Вот уже несколько лет тема ксенофобии не сходит со страниц российских газет и экранов телевидения. Не проходит и дня, чтобы в российских СМИ не появлялись сообщения о шумных выходках скинхедов, о нападениях на иностранцев, об избиениях и даже убийствах иностранных студентов, о погромах на рынках, где торгуют «лица кавказской национальности». Не говоря уже о потоках той липкой грязи, которая льется на всех «инородцев» из расплодившихся фашистских и фашиствующих газетенок. Как всегда в такой атмосфере не обходится и без антисемитских выпадов.


Что это? Массовый психоз маргинальной толпы, которая требует «хлеба и зрелищ»? Или это рудимент застарелых имперских амбиций, доведенных до полного абсурда? А быть может, инструмент продуманной политики? Для начала попытаемся  разобраться в психологии явления.


Этимология слова «ксенофобия» хорошо известна: xenox – чужой, phobos – страх. Таким образом, ксенофобия означает «страх перед чужим». Понятно, страх этот порождает ненависть к чужому. Человек унаследовал ксенофобию от животного мира.
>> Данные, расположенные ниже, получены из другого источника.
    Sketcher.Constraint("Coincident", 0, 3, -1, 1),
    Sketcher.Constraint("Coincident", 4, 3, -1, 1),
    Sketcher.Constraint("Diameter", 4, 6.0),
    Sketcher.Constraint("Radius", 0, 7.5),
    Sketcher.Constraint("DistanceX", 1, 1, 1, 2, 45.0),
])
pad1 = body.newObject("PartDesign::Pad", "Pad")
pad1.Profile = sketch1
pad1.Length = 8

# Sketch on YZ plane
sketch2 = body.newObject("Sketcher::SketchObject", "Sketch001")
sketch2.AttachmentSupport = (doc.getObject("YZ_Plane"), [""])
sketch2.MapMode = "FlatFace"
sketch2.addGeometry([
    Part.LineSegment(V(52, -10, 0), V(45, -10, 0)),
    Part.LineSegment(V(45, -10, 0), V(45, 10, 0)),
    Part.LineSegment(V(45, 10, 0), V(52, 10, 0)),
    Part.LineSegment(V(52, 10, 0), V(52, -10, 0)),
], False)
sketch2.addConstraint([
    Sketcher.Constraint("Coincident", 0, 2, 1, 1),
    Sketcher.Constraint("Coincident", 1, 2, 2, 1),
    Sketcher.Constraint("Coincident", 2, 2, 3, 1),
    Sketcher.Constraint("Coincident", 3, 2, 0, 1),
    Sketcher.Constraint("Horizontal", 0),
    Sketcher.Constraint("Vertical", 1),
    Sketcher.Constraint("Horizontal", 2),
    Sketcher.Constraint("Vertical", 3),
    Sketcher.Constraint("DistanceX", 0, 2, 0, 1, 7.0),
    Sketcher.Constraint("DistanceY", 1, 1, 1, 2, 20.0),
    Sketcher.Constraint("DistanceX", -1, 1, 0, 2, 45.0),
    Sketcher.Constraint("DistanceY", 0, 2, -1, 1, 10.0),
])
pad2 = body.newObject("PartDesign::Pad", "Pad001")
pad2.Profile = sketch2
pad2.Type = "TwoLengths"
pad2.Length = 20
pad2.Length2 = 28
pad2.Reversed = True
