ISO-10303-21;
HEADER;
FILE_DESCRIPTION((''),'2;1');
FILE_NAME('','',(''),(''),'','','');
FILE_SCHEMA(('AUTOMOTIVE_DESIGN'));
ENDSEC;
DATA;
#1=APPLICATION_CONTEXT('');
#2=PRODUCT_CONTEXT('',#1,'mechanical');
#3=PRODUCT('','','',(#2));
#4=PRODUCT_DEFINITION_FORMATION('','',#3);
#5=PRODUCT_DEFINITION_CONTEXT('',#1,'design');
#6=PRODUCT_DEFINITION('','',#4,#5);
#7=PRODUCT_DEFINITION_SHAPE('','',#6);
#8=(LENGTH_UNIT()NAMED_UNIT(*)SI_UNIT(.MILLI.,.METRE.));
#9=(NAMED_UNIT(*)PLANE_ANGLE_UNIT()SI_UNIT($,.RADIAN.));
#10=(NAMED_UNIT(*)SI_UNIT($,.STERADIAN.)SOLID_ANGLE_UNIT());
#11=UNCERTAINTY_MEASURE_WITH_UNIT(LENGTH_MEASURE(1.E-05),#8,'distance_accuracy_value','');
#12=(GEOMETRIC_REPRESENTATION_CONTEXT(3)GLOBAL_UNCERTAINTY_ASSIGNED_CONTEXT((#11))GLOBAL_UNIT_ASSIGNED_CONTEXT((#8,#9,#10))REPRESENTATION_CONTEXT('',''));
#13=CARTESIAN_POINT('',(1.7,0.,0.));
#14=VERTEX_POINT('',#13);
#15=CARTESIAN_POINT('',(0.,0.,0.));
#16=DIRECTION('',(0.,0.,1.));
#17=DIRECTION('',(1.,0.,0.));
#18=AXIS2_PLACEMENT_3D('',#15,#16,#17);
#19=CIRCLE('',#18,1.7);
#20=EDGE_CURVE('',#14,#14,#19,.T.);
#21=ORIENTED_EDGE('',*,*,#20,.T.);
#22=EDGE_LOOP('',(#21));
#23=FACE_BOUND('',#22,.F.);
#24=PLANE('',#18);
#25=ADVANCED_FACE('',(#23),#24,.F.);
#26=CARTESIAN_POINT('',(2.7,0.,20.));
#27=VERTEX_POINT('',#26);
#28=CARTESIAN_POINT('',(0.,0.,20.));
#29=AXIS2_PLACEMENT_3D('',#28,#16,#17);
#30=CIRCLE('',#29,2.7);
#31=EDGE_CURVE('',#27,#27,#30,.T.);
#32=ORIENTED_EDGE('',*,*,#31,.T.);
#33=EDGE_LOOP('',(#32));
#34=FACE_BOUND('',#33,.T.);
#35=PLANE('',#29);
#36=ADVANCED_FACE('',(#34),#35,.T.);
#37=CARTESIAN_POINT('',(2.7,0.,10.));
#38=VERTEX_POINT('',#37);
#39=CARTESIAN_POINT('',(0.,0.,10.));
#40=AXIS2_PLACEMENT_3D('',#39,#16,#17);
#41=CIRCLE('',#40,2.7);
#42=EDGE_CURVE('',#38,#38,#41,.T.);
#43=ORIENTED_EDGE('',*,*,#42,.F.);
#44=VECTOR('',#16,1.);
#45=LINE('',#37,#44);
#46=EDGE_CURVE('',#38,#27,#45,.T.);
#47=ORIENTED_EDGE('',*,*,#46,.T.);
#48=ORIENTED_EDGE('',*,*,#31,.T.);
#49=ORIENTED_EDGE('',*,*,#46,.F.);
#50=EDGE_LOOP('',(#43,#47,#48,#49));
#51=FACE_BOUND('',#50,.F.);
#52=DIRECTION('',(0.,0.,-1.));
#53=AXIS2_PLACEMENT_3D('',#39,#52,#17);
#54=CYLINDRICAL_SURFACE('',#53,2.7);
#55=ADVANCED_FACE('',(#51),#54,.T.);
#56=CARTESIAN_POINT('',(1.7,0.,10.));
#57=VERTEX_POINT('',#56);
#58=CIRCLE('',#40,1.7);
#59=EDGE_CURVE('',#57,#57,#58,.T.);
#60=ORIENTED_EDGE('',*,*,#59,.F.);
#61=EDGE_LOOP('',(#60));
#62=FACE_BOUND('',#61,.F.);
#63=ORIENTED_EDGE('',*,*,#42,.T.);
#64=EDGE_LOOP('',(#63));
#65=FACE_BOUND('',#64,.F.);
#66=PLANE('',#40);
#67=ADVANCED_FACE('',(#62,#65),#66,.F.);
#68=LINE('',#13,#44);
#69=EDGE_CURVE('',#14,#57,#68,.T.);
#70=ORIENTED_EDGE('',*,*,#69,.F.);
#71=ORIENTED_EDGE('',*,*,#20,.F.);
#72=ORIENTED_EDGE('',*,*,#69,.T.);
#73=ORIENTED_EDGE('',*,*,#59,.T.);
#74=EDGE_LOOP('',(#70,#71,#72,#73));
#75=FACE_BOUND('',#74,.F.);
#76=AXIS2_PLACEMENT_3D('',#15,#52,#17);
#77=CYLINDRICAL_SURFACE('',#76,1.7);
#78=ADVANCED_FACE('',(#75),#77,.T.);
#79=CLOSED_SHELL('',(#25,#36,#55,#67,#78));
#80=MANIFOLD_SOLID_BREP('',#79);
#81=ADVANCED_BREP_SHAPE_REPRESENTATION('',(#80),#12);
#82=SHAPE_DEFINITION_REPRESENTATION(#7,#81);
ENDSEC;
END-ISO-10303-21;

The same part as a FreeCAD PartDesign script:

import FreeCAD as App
import Part
import Sketcher

V = App.Vector

doc = App.newDocument("Part")
body = doc.addObject("PartDesign::Body", "Body")

# Sketch on XY plane
sketch1 = body.newObject("Sketcher::SketchObject", "Sketch")
sketch1.AttachmentSupport = (doc.getObject("XY_Plane"), [""])
sketch1.MapMode = "FlatFace"
sketch1.AttachmentOffset = App.Placement(V(0, 0, 10), App.Rotation())
sketch1.addGeometry(Part.Circle(V(0, 0, 0), V(0, 0, 1), 2.7), False)
sketch1.addConstraint([
    Sketcher.Constraint("Coincident", 0, 3, -1, 1),
    Sketcher.Constraint("Diameter", 0, 5.4),
])
pad1 = body.newObject("PartDesign::Pad", "Pad")
pad1.Profile = sketch1
pad1.Length = 10
body2 = doc.addObject("PartDesign::Body", "Body001")

# Sketch on XY plane
sketch2 = body2.newObject("Sketcher::SketchObject", "Sketch001")
sketch2.AttachmentSupport = (doc.getObject("XY_Plane001"), [""])
sketch2.MapMode = "FlatFace"
sketch2.addGeometry(Part.Circle(V(0, 0, 0), V(0, 0, 1), 1.7), False)
sketch2.addConstraint([
    Sketcher.Constraint("Coincident", 0, 3, -1, 1),
    Sketcher.Constraint("Diameter", 0, 3.4),
])
pad2 = body2.newObject("PartDesign::Pad", "Pad001")
pad2.Profile = sketch2
pad2.Length = 10
doc.recompute()

boolean = body2.newObject("PartDesign::Boolean", "Boolean")
boolean.Type = "Fuse"
boolean.addObjects([body])

doc.recompute()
Ксенофобия – это один из законов зоопсихологии: чужой несет опасность, поэтому лучше избегать чужого, замаскироваться, или быть готовым сразиться с ним. У животных ксенофобия вполне оправдана, поскольку опасность реальна.
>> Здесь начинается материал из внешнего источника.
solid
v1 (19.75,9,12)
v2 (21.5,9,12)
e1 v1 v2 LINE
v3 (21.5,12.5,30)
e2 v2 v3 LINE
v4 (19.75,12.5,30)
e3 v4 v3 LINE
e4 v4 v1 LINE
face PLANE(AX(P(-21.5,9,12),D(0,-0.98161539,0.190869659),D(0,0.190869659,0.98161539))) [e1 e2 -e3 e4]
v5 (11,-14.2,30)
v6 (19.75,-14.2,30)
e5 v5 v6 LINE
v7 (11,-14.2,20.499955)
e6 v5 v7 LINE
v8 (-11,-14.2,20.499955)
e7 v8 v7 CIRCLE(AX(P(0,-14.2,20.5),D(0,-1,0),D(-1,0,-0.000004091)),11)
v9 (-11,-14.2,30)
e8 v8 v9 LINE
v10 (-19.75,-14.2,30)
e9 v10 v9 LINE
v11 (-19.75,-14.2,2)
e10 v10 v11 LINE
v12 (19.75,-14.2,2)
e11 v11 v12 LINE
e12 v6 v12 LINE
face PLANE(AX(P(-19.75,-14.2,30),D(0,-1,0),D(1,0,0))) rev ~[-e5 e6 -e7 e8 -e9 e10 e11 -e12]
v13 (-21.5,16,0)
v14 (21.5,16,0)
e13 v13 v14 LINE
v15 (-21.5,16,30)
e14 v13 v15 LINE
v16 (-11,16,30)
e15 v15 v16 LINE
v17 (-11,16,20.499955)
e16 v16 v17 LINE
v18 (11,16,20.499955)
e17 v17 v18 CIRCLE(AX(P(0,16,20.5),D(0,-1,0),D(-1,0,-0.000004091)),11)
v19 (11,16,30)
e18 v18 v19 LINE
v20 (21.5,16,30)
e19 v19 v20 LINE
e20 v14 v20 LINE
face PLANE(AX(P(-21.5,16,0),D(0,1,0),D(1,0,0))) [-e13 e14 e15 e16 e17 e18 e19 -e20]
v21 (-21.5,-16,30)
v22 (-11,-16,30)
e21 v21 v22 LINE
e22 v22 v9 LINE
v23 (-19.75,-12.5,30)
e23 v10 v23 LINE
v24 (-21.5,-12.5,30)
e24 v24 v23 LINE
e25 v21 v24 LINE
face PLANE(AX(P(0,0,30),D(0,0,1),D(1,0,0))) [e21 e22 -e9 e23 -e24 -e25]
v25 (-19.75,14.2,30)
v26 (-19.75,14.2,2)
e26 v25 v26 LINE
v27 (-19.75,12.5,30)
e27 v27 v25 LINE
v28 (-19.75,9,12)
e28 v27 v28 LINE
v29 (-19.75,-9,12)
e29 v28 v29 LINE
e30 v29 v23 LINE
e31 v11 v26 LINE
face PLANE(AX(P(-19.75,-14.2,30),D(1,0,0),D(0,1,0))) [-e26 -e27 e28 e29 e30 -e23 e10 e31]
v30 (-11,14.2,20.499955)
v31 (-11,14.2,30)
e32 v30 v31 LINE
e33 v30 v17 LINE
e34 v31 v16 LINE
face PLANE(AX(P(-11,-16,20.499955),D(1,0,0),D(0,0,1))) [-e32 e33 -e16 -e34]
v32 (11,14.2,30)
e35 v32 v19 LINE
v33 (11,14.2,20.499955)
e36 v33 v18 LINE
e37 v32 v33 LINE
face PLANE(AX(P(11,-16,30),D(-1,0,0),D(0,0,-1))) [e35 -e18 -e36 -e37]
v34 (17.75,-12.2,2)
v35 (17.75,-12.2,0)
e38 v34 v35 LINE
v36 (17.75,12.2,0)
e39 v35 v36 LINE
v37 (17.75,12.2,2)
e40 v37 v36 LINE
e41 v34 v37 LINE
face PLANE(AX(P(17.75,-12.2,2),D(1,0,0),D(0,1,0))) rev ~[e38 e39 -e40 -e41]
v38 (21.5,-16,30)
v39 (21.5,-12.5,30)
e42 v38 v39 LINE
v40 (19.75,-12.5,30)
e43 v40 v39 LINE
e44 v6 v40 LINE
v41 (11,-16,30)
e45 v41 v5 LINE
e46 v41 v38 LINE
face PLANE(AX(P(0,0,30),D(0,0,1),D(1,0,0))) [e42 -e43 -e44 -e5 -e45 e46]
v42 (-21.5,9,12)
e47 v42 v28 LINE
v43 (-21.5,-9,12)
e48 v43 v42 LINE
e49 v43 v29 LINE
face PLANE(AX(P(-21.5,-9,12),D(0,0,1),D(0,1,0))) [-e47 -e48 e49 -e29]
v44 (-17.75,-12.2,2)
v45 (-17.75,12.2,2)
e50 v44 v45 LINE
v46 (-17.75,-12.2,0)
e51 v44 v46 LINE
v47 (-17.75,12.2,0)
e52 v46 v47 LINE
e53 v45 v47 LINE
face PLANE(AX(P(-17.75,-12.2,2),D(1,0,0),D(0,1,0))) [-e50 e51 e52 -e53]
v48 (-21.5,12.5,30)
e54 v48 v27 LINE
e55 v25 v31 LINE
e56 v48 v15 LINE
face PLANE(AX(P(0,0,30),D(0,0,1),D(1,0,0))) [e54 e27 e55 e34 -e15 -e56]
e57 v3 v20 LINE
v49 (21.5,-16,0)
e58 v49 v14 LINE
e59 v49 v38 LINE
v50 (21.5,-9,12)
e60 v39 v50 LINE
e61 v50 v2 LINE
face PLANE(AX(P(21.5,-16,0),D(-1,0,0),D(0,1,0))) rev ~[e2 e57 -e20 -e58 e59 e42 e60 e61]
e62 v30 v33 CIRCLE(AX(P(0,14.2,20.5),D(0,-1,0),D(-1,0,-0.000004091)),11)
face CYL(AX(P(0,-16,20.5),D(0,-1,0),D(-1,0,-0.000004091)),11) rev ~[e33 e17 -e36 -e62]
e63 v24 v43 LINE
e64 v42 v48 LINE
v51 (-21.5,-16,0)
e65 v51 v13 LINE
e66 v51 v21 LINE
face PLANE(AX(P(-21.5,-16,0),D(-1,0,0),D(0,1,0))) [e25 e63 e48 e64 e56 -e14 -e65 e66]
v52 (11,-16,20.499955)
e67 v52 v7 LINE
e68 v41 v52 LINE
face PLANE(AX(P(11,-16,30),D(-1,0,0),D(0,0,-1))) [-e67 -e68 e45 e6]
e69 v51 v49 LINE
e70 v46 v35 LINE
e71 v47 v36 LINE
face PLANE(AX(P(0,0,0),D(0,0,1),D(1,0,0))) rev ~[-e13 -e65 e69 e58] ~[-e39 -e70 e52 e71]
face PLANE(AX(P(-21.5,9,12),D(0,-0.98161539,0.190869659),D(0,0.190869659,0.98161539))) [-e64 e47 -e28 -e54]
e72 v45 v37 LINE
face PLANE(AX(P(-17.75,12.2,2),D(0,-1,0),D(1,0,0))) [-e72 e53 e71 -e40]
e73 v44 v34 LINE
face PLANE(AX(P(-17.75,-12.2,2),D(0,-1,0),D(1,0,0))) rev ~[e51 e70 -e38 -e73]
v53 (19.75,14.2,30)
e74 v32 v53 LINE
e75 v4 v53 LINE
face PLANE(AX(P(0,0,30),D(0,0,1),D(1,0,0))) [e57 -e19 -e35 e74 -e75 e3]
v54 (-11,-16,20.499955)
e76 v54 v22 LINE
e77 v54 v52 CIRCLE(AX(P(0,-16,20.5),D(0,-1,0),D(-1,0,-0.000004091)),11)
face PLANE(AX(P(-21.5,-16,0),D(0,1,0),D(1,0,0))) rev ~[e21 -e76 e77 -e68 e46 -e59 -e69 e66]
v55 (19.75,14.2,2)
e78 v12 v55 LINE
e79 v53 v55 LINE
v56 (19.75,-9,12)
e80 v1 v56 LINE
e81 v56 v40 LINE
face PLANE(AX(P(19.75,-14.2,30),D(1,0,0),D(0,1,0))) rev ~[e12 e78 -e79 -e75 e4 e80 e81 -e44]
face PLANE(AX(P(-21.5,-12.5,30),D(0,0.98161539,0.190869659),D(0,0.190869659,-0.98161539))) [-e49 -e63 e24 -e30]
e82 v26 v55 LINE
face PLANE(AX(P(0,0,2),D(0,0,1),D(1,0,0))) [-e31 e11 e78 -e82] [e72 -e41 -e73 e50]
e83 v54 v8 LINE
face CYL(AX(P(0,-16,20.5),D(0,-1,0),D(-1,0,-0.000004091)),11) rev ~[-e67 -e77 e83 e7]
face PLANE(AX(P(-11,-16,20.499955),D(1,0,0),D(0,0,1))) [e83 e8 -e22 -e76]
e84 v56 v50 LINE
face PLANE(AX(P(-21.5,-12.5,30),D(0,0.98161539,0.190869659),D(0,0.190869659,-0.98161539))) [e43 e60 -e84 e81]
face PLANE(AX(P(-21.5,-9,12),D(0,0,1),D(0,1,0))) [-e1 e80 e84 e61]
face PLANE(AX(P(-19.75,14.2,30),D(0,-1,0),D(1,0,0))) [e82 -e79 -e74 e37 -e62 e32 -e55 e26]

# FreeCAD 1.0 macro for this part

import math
import FreeCAD as App
import Part
import Sketcher

doc = App.newDocument("Part")
params = doc.addObject("Spreadsheet::Sheet", "Params")
for row, (alias, value) in enumerate([
    ("sketch1_width", "43 mm"),
    ("sketch1_height", "32 mm"),
    ("pad1_length", "30 mm"),
    ("sketch2_width", "39.5 mm"),
    ("sketch2_height", "28.4 mm"),
    ("pocket1_length", "28 mm"),
    ("sketch3_radius", "11 mm"),
    ("sketch4_width", "35.5 mm"),
    ("sketch4_height", "24.4 mm"),
    ("sketch5_width", "25 mm"),
    ("sketch5_width2", "18 mm"),
], start=1):
    params.set(f"A{row}", alias)
    params.set(f"B{row}", "=" + value)
    params.setAlias(f"B{row}", alias)

body = doc.addObject("PartDesign::Body", "Body")

# Sketch on XY plane
sketch1 = doc.addObject("Sketcher::SketchObject", "Sketch")
body.addObject(sketch1)
sketch1.AttachmentSupport = (doc.XY_Plane, [""])
sketch1.MapMode = "FlatFace"
sketch1.addGeometry(Part.LineSegment(App.Vector(-22, 16, 0), App.Vector(-22, -16, 0)), False)
sketch1.addGeometry(Part.LineSegment(App.Vector(-22, -16, 0), App.Vector(22, -16, 0)), False)
sketch1.addGeometry(Part.LineSegment(App.Vector(22, -16, 0), App.Vector(22, 16, 0)), False)
sketch1.addGeometry(Part.LineSegment(App.Vector(22, 16, 0), App.Vector(-22, 16, 0)), False)
sketch1.addConstraint(Sketcher.Constraint("Coincident", 0, 2, 1, 1))
sketch1.addConstraint(Sketcher.Constraint("Coincident", 1, 2, 2, 1))
sketch1.addConstraint(Sketcher.Constraint("Coincident", 2, 2, 3, 1))
sketch1.addConstraint(Sketcher.Constraint("Coincident", 3, 2, 0, 1))
sketch1.addConstraint(Sketcher.Constraint("Vertical", 0))
sketch1.addConstraint(Sketcher.Constraint("Horizontal", 1))
sketch1.addConstraint(Sketcher.Constraint("Vertical", 2))
sketch1.addConstraint(Sketcher.Constraint("Horizontal", 3))
sketch1.addConstraint(Sketcher.Constraint("Symmetric", 0, 2, 2, 2, -1, 1))
sketch1.addConstraint(Sketcher.Constraint("DistanceX", 1, 1, 1, 2, 43.0))
sketch1.addConstraint(Sketcher.Constraint("DistanceY", 0, 2, 0, 1, 32.0))
sketch1.setExpression("Constraints[9]", "Params.sketch1_width")
sketch1.setExpression("Constraints[10]", "Params.sketch1_height")
pad1 = doc.addObject("PartDesign::Pad", "Pad")
body.addObject(pad1)
pad1.Profile = sketch1
pad1.setExpression("Length", "Params.pad1_length")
Первобытные люди не вполне еще отделились от животного мира. Они тоже должны были жить настороже, потому что все чужое, неизвестное в любой момент могло обернуться бедой. И в первую очередь понятие «чужой» относилось к другим племенам, поскольку наибольшая угроза, подлинная или мнимая, исходила именно от них. Они говорили на другом языке, соблюдали другие обычаи, и вполне естественно поэтому демонизировались, их представители расценивались не просто как враги, а как нелюди. Чужого зачастую просто съедали. Каннибализм в первобытном обществе был широко распространен. Людоедство имело под собой религиозно-мистическую основу – веру в то, что сила и свойства жертвы при соблюдении определенных ритуалов переходят к тому, кто ее поедает.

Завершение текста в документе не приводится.